--- DATA EXCERPTS ---

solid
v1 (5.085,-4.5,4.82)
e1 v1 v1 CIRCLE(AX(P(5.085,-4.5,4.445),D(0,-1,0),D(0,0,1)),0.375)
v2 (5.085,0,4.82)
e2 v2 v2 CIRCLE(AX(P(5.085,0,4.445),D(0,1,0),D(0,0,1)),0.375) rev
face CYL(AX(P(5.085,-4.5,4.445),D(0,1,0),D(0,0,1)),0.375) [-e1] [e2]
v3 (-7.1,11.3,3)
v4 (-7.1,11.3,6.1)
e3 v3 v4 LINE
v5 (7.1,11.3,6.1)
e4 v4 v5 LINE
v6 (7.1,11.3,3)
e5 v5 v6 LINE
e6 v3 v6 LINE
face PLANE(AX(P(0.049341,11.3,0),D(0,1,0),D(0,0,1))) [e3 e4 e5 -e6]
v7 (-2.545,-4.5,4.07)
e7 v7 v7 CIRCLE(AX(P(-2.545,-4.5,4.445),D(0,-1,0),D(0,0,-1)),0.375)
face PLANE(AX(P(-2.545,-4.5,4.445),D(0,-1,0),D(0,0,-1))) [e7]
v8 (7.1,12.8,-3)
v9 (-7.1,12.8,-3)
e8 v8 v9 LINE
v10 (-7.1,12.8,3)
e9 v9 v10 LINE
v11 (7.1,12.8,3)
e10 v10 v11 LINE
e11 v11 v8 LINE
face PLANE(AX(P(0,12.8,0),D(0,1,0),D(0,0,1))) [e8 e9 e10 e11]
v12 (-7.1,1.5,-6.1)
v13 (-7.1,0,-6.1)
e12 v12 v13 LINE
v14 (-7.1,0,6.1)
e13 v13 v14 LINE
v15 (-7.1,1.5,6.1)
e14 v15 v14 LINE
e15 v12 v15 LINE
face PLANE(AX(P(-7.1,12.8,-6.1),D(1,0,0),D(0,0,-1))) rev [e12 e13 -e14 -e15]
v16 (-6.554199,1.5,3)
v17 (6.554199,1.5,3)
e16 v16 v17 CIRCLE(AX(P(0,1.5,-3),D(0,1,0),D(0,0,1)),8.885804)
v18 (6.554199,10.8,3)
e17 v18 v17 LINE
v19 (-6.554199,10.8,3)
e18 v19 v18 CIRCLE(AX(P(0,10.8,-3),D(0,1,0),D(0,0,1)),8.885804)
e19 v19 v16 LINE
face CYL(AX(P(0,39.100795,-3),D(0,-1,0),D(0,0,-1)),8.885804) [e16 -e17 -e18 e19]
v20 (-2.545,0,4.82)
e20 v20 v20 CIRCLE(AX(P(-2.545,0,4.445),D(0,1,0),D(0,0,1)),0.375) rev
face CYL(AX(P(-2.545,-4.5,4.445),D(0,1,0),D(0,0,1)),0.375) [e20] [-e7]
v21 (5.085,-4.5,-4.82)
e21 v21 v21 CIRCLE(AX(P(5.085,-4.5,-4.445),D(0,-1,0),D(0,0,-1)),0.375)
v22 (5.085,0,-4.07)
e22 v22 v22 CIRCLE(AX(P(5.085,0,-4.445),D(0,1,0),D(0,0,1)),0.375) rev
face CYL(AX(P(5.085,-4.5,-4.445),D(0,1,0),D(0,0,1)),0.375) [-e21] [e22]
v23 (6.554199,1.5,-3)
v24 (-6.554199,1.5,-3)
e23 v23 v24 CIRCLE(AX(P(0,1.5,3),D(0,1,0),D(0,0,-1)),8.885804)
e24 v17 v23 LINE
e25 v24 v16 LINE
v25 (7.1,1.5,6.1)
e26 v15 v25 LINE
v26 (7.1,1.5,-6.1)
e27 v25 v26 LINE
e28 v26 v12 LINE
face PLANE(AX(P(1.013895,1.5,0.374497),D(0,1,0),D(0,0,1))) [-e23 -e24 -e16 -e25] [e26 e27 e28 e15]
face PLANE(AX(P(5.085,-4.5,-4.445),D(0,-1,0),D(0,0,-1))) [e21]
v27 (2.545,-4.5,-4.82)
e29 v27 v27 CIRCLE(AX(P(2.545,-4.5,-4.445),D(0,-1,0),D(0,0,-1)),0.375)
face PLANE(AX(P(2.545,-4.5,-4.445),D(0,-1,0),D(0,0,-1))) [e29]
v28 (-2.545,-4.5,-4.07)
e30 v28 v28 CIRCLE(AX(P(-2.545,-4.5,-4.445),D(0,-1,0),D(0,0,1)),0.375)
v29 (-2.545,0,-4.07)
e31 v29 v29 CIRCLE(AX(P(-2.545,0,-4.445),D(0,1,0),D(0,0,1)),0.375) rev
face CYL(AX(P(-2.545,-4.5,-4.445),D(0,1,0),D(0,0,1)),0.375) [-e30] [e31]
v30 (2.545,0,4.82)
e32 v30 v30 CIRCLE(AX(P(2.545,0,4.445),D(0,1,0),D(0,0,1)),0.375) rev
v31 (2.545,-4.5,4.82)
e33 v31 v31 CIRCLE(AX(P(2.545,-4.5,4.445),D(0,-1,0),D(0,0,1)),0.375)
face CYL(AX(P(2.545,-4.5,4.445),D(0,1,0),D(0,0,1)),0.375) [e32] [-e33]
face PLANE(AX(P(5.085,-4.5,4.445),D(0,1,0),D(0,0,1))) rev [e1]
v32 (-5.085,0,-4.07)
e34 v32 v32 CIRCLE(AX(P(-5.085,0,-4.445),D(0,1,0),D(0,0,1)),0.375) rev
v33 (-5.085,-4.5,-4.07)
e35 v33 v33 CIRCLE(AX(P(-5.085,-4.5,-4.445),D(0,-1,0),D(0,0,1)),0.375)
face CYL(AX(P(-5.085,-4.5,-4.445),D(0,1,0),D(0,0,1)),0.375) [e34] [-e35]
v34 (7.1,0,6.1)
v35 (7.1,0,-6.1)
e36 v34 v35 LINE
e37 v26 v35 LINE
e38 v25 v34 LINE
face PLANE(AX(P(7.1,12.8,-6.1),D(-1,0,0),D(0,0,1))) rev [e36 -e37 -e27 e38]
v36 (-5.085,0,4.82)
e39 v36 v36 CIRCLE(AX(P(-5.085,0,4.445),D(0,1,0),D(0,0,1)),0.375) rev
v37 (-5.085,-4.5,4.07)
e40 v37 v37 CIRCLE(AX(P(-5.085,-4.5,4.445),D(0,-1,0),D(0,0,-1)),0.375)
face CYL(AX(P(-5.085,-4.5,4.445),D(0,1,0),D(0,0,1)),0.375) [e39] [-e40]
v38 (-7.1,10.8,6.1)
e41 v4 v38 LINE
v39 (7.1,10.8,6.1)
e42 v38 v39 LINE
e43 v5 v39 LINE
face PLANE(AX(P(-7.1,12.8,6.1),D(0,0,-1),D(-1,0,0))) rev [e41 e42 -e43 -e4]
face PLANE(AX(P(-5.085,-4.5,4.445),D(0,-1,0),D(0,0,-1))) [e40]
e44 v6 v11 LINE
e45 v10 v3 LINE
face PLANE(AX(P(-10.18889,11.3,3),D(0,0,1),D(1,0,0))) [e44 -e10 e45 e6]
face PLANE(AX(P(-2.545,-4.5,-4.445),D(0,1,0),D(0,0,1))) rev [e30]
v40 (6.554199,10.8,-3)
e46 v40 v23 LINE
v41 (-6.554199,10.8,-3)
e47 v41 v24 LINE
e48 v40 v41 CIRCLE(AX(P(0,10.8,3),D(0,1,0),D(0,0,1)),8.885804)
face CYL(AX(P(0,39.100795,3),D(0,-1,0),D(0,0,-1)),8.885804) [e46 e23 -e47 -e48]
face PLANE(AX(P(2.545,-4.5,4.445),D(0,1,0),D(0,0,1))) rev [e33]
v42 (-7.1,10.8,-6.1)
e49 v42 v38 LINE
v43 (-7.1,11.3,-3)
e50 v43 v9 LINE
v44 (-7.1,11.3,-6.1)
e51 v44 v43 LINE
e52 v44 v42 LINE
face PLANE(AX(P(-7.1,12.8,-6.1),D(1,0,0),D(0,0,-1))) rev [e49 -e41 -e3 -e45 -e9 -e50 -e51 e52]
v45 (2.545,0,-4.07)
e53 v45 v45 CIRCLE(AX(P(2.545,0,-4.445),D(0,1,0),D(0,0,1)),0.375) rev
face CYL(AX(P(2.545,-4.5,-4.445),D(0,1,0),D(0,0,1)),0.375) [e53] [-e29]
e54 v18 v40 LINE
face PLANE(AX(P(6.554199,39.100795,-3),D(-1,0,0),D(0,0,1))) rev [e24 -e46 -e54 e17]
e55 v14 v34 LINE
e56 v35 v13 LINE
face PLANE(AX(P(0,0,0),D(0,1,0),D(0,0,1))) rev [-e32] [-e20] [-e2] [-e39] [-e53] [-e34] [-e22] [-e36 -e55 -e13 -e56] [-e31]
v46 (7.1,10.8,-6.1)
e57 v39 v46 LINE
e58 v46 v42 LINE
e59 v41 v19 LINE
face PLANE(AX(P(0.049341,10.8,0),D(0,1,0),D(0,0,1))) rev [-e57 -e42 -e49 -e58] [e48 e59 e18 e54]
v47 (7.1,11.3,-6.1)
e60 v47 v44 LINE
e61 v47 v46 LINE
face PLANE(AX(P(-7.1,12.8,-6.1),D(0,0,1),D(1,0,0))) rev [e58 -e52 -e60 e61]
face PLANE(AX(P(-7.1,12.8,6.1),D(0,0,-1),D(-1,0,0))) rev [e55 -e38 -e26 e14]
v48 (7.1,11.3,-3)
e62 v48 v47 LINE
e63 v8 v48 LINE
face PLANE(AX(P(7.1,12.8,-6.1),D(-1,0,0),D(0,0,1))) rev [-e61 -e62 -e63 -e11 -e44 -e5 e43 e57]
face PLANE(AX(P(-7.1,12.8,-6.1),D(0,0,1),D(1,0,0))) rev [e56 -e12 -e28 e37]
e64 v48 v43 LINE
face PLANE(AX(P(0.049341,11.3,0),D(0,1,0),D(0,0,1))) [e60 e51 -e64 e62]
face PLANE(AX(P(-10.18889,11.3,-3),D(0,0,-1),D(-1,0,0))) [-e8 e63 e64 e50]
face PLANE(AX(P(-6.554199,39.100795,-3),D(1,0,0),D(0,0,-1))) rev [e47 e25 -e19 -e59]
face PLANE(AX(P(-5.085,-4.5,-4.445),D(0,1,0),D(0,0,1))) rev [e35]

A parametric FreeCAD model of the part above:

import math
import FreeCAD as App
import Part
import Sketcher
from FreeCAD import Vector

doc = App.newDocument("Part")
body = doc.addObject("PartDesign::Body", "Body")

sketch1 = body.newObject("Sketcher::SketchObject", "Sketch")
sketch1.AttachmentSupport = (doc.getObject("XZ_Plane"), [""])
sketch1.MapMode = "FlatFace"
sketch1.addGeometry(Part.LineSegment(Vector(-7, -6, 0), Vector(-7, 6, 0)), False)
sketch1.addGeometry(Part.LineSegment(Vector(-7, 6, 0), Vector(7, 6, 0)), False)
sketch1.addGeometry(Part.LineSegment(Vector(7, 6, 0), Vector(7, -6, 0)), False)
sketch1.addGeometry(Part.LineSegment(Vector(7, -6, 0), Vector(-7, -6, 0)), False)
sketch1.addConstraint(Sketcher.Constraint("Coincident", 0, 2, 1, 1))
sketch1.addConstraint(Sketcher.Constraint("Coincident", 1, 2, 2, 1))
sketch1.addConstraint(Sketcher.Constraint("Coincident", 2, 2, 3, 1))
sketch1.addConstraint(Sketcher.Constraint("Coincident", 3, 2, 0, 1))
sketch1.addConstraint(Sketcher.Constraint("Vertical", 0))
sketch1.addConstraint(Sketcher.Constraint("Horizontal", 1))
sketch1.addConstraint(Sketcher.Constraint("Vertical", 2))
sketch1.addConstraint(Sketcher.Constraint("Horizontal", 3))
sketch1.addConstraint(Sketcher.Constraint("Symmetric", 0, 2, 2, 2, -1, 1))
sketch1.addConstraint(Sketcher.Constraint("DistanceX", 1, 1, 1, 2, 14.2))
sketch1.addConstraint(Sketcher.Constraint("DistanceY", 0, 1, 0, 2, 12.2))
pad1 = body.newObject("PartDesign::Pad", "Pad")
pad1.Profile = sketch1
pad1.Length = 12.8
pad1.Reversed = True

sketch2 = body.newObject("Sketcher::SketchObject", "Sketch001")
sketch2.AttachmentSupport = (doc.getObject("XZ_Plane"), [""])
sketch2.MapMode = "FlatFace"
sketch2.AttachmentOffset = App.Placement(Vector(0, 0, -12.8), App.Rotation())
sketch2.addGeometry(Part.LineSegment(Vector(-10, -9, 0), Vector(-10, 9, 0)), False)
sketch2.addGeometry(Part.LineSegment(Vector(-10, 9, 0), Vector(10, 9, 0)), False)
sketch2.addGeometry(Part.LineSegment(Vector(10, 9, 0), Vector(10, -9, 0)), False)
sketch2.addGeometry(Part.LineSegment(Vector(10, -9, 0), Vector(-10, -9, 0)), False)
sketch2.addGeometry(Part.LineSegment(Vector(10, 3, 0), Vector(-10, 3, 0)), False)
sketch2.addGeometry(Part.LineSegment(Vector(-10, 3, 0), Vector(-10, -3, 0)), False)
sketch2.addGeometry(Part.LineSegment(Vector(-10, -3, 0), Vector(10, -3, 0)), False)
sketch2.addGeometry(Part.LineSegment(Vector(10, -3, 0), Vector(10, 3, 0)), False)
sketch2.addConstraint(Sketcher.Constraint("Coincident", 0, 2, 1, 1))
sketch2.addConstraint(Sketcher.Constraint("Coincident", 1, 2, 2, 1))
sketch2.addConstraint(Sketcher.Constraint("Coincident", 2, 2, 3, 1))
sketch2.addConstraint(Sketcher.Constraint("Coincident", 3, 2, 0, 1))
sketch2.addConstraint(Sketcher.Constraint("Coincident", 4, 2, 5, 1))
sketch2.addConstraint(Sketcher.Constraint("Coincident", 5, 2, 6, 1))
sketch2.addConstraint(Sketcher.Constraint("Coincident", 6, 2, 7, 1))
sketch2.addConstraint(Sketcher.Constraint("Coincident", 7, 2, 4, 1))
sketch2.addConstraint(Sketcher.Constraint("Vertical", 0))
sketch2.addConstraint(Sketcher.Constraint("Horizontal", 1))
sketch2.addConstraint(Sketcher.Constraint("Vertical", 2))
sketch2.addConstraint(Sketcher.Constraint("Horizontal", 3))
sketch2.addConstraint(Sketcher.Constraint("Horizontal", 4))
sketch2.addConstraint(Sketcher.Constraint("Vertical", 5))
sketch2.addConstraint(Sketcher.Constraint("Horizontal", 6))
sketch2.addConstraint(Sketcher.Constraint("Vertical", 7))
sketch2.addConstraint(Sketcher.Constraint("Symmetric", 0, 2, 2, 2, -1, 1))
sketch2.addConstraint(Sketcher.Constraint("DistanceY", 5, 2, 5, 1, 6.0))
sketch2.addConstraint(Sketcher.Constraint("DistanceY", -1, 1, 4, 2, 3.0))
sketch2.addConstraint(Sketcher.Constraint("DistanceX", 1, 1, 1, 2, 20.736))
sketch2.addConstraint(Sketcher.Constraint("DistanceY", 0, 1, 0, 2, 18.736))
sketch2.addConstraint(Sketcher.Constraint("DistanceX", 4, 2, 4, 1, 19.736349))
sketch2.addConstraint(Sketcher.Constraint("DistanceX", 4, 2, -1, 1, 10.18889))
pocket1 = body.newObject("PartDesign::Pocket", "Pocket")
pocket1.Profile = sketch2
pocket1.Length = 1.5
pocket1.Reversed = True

---

> [EXERCISE]: From the data above, return every line from the line that has "v7 v7 CIRCLE(AX(P(-2.545,-4.5,4.445),D(0,-1,0),D(0,0,-1)),0.375)" up to and including the line that has "e14 v15 v14 LINE", exactly.

> [RESPONSE]:
e7 v7 v7 CIRCLE(AX(P(-2.545,-4.5,4.445),D(0,-1,0),D(0,0,-1)),0.375)
face PLANE(AX(P(-2.545,-4.5,4.445),D(0,-1,0),D(0,0,-1))) [e7]
v8 (7.1,12.8,-3)
v9 (-7.1,12.8,-3)
e8 v8 v9 LINE
v10 (-7.1,12.8,3)
e9 v9 v10 LINE
v11 (7.1,12.8,3)
e10 v10 v11 LINE
e11 v11 v8 LINE
face PLANE(AX(P(0,12.8,0),D(0,1,0),D(0,0,1))) [e8 e9 e10 e11]
v12 (-7.1,1.5,-6.1)
v13 (-7.1,0,-6.1)
e12 v12 v13 LINE
v14 (-7.1,0,6.1)
e13 v13 v14 LINE
v15 (-7.1,1.5,6.1)
e14 v15 v14 LINE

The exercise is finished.